A court in Melbourne ruled Friday that one of Australia’s most famous drug kingpins must face a retrial after his defence lawyer was revealed to have been a police informant.
Tony Mokbel — one of the key figures in Melbourne’s years-long gangland war — was handed a 30-year prison sentence in 2012 after pleading guilty to masterminding an elaborate drug syndicate.
Violence linked to his group, known as “The Company”, claimed dozens of lives and was later immortalised in the hugely popular Australian TV series “Underbelly”.
But it was later revealed that Mokbel’s high-profile lawyer at the time, Nicola Gobbo, was feeding information to police while supposedly defending her clients.
Mokbel spent about 18 years behind bars but was released on bail this year after a court ruled he had a strong chance of overturning the criminal convictions.
His appeal hinged on the fact he would not have pleaded guilty if he had been aware of Gobbo’s double life, his legal team told Victoria’s Court of Appeal this year.
The court acquitted Mokbel of one charge on Friday, ordering a retrial for another and dismissed his appeal relating to a third charge.

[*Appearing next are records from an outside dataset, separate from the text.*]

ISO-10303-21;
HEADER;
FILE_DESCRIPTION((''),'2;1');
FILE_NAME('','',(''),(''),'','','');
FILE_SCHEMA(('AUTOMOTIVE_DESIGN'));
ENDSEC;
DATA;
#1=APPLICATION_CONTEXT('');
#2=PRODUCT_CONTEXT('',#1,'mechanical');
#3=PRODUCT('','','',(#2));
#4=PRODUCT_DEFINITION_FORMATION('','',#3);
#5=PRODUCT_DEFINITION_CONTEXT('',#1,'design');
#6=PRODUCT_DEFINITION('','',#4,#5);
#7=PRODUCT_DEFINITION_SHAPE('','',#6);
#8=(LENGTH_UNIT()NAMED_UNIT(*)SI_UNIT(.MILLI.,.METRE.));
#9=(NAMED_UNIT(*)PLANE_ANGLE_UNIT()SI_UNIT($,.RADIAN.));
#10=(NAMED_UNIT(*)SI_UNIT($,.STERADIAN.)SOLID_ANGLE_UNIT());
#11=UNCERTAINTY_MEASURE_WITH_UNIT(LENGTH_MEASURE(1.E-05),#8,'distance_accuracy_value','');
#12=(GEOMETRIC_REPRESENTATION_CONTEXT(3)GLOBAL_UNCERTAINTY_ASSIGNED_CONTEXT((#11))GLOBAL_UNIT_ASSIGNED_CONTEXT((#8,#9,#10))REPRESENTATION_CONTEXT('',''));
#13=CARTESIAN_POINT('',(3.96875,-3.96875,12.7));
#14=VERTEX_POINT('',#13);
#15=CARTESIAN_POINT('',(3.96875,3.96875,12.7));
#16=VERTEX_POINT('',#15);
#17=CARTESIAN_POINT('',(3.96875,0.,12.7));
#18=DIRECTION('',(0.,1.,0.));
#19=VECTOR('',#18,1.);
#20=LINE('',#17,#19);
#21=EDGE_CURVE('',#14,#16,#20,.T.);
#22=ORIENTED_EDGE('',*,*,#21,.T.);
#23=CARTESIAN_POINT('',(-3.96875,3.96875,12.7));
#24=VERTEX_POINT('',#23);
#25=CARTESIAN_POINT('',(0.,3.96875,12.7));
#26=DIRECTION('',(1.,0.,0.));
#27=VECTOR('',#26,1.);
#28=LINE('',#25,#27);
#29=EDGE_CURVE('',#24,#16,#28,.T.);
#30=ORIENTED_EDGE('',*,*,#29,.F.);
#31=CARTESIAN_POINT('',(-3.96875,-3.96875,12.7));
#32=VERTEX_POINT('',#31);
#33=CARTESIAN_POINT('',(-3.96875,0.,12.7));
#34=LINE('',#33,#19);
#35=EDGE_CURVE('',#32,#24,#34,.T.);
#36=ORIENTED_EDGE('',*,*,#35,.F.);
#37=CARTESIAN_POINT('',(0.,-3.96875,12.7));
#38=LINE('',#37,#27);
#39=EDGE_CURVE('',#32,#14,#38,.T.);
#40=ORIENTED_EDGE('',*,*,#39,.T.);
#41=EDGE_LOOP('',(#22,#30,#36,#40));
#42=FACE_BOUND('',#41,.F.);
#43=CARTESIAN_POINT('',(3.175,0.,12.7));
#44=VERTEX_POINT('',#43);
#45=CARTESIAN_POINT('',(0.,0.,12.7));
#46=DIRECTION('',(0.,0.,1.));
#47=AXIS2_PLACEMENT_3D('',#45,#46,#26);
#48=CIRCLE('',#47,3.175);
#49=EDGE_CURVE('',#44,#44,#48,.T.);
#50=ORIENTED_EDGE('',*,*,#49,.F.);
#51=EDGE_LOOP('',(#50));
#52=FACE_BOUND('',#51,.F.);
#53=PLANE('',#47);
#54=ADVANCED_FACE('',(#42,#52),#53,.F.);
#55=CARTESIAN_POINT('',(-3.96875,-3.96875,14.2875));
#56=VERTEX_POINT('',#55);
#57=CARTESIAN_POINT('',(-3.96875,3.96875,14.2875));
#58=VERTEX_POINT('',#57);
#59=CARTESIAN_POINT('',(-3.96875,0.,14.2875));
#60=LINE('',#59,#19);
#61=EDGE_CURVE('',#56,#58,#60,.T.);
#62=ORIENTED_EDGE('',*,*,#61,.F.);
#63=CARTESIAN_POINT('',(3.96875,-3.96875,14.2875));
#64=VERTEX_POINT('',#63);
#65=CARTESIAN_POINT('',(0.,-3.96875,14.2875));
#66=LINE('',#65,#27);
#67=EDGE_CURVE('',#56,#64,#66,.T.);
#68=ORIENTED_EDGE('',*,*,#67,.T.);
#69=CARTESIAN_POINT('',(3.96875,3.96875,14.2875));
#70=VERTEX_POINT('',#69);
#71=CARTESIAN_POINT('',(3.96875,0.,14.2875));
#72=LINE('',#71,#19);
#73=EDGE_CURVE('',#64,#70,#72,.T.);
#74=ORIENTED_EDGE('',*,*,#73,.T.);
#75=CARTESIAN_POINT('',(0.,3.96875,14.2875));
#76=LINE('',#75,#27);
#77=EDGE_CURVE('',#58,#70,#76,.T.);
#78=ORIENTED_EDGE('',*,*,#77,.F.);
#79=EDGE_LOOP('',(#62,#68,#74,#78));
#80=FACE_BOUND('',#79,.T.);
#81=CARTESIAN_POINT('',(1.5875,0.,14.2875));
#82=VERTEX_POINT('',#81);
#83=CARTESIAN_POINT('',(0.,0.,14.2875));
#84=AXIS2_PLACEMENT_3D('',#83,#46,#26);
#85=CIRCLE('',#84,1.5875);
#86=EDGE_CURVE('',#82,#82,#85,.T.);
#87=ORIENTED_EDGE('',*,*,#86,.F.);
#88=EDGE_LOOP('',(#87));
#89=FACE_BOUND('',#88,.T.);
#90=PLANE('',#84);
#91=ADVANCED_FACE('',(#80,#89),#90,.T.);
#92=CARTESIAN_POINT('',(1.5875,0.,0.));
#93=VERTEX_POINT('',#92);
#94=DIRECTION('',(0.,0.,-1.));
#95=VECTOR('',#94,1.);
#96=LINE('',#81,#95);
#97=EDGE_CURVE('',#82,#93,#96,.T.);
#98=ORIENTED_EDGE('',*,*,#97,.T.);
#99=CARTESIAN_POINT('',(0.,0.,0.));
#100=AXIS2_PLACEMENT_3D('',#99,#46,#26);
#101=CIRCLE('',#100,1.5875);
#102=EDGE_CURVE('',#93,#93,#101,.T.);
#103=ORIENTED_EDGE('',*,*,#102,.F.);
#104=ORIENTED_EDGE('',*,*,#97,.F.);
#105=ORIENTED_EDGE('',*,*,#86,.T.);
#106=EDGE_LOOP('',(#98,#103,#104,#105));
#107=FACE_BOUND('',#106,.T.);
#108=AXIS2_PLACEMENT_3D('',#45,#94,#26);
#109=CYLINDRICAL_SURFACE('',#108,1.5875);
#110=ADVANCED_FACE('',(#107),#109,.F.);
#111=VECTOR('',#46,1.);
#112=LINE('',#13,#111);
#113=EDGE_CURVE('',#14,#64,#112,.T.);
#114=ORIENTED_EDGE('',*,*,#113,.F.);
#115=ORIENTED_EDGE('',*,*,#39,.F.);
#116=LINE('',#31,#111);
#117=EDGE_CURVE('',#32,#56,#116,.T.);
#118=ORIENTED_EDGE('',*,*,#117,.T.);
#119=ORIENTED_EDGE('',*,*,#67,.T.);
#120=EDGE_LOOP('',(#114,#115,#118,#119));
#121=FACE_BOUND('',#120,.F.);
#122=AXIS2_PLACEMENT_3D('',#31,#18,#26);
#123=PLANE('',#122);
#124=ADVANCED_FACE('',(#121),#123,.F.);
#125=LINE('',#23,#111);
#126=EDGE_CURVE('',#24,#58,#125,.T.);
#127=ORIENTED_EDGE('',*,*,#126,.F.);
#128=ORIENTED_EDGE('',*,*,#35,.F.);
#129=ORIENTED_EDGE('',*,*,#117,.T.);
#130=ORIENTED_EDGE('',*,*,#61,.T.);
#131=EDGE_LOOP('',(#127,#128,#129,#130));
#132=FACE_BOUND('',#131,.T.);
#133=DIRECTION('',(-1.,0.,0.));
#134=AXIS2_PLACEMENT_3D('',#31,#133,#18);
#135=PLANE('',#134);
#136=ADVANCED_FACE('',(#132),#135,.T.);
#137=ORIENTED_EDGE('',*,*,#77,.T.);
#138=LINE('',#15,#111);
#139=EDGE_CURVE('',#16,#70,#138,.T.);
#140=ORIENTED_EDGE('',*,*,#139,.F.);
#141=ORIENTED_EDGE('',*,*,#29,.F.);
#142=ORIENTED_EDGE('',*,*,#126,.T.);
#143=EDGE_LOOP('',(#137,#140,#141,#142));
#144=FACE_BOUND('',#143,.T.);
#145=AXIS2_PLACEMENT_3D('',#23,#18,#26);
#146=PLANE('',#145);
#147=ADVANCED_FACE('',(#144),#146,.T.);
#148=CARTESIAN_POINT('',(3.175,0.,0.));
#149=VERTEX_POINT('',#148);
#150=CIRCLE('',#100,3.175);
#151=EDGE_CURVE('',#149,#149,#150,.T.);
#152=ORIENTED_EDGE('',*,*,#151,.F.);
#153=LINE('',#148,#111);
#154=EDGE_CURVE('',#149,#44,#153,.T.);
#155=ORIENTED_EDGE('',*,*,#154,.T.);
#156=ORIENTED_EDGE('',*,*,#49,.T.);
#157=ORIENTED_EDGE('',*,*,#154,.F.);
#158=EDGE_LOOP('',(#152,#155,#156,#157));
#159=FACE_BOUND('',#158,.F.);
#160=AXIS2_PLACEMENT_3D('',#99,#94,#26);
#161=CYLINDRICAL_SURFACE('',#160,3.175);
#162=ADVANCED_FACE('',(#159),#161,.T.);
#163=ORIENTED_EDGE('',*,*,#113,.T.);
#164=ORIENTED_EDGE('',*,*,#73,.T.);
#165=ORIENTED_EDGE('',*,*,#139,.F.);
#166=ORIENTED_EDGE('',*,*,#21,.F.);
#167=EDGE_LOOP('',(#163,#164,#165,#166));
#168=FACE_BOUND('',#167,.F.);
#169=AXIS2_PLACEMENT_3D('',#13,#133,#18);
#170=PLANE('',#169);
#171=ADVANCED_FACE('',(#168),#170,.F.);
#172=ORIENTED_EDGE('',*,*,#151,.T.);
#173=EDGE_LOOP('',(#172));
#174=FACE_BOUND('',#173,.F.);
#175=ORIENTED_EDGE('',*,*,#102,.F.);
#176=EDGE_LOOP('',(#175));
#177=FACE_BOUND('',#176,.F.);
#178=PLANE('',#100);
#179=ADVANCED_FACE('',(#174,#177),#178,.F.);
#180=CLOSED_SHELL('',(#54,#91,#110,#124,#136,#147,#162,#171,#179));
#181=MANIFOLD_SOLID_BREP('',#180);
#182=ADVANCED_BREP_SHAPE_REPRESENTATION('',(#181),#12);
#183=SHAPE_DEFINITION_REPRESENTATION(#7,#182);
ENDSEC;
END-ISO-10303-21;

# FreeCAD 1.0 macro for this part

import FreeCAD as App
import Part
import Sketcher
Q = App.Units.Quantity


def add_polygon(sketch, points):
    """Adds a closed chain of lines whose ends are joined by coincident constraints."""
    first, n = sketch.GeometryCount, len(points)
    for a, b in zip(points, points[1:] + points[:1]):
        sketch.addGeometry(Part.LineSegment(App.Vector(*a, 0), App.Vector(*b, 0)), False)
    for i in range(n):
        sketch.addConstraint(Sketcher.Constraint("Coincident", first + i, 2, first + (i + 1) % n, 1))

doc = App.newDocument("Part")
params = doc.addObject("Spreadsheet::Sheet", "Params")
for row, (alias, value) in enumerate([
    ("sketch1_diameter", "0.25 in"),
    ("sketch1_diameter2", "0.125 in"),
    ("pad1_length", "0.5 in"),
    ("sketch2_diameter", "0.125 in"),
    ("sketch2_width", "0.3125 in"),
    ("pad2_length", "0.0625 in"),
], start=1):
    params.set(f"A{row}", alias)
    params.set(f"B{row}", "=" + value)
    params.setAlias(f"B{row}", alias)

body = doc.addObject("PartDesign::Body", "Body")

# Sketch on XY plane
sketch1 = body.newObject("Sketcher::SketchObject", "Sketch")
sketch1.AttachmentSupport = (doc.getObject("XY_Plane"), [""])
sketch1.MapMode = "FlatFace"
sketch1.addGeometry(Part.Circle(App.Vector(0, 0, 0), App.Vector(0, 0, 1), 3.2), False)
sketch1.addGeometry(Part.Circle(App.Vector(0, 0, 0), App.Vector(0, 0, 1), 1.6), False)
sketch1.addConstraint(Sketcher.Constraint("Coincident", 0, 3, -1, 1))
sketch1.addConstraint(Sketcher.Constraint("Coincident", 1, 3, -1, 1))
sketch1.addConstraint(Sketcher.Constraint("Diameter", 0, Q("0.25 in")))
sketch1.addConstraint(Sketcher.Constraint("Diameter", 1, Q("0.125 in")))
sketch1.setExpression("Constraints[2]", "Params.sketch1_diameter")
sketch1.setExpression("Constraints[3]", "Params.sketch1_diameter2")
pad1 = body.newObject("PartDesign::Pad", "Pad")
pad1.Profile = sketch1
pad1.setExpression("Length", "Params.pad1_length")

# Sketch on XY plane
sketch2 = body.newObject("Sketcher::SketchObject", "Sketch001")
sketch2.AttachmentSupport = (doc.getObject("XY_Plane"), [""])
sketch2.MapMode = "FlatFace"
sketch2.AttachmentOffset = App.Placement(App.Vector(0, 0, 0.5 * 25.4), App.Rotation())
add_polygon(sketch2, [(-4, 4), (-4, -4), (4, -4), (4, 4)])  # lines 0-3
sketch2.addGeometry(Part.Circle(App.Vector(0, 0, 0), App.Vector(0, 0, 1), 1.6), False)  # 4
sketch2.addConstraint(Sketcher.Constraint("Vertical", 0))
sketch2.addConstraint(Sketcher.Constraint("Horizontal", 1))
sketch2.addConstraint(Sketcher.Constraint("Vertical", 2))
sketch2.addConstraint(Sketcher.Constraint("Horizontal", 3))
sketch2.addConstraint(Sketcher.Constraint("Coincident", 4, 3, -1, 1))
sketch2.addConstraint(Sketcher.Constraint("Symmetric", 0, 2, 2, 2, -1, 1))
sketch2.addConstraint(Sketcher.Constraint("Equal", 3, 0))
sketch2.addConstraint(Sketcher.Constraint("Diameter", 4, Q("0.125 in")))
sketch2.addConstraint(Sketcher.Constraint("DistanceX", 1, 1, 1, 2, Q("0.3125 in")))
sketch2.setExpression("Constraints[11]", "Params.sketch2_diameter")
sketch2.setExpression("Constraints[12]", "Params.sketch2_width")
pad2 = body.newObject("PartDesign::Pad", "Pad001")
pad2.Profile = sketch2
pad2.setExpression("Length", "Params.pad2_length")

doc.recompute()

Mokbel, who did not comment as he left court, remains on bail before the case returns to court later this year.
The court ruling is just the latest in what could be many more — prosecutors informed 22 people that they could have grounds to appeal in 2019.
That same year, Faruk Orman walked free after he was jailed 12 years ago for a gangland murder — he had always proclaimed his innocence.
During his time in prison Mokbel was brutally attacked, with one man stabbing him “up to seven times” and another kicking him in the head, court documents show.
He was left with displaced brain tissue, a fractured skull, a broken jaw and a pneumothorax of his right lung.
The incident related to a newspaper article claiming Mokbel was a feared “top enforcer” and had “disrupted an extortion racket within the jail run by a group of prisoners of Pacific Islander descent”, court documents show.
Mokbel told prison staff he held no concerns for his safety the day before the attack.
– Double life –
Gobbo — also referred to as Lawyer X and Informer 3838 — claims that over 300 people were arrested and charged based on the information she provided, according to a June 2015 letter that was made public in December.
A Royal Commission of inquiry in 2020 found Gobbo’s double life during a period of intense gang bloodletting in Australia’s second-biggest city were “fundamental and appalling breaches” of her obligations as counsel to her clients.
Gobbo was a key police source during the critical years of gangland prosecutions between 2005 and 2009, but was also registered as an informant as far back as 1999 — two years before she was admitted to practice law.
She was recruited as a police informer after being charged with drug offences in 1993.
No conviction was recorded on condition that she did not reoffend, according to a police informant registration document filed with the Royal Commission.
Victorian police spent five years and millions of dollars fighting in the courts to keep Gobbo’s identity a secret, maintaining that she could be murdered if it came to light.
Gobbo told a court in 2024 she had been living in hiding for years since her double life had been revealed.
“I’m tired and I’m broken,” she said. “I’ve just had enough.”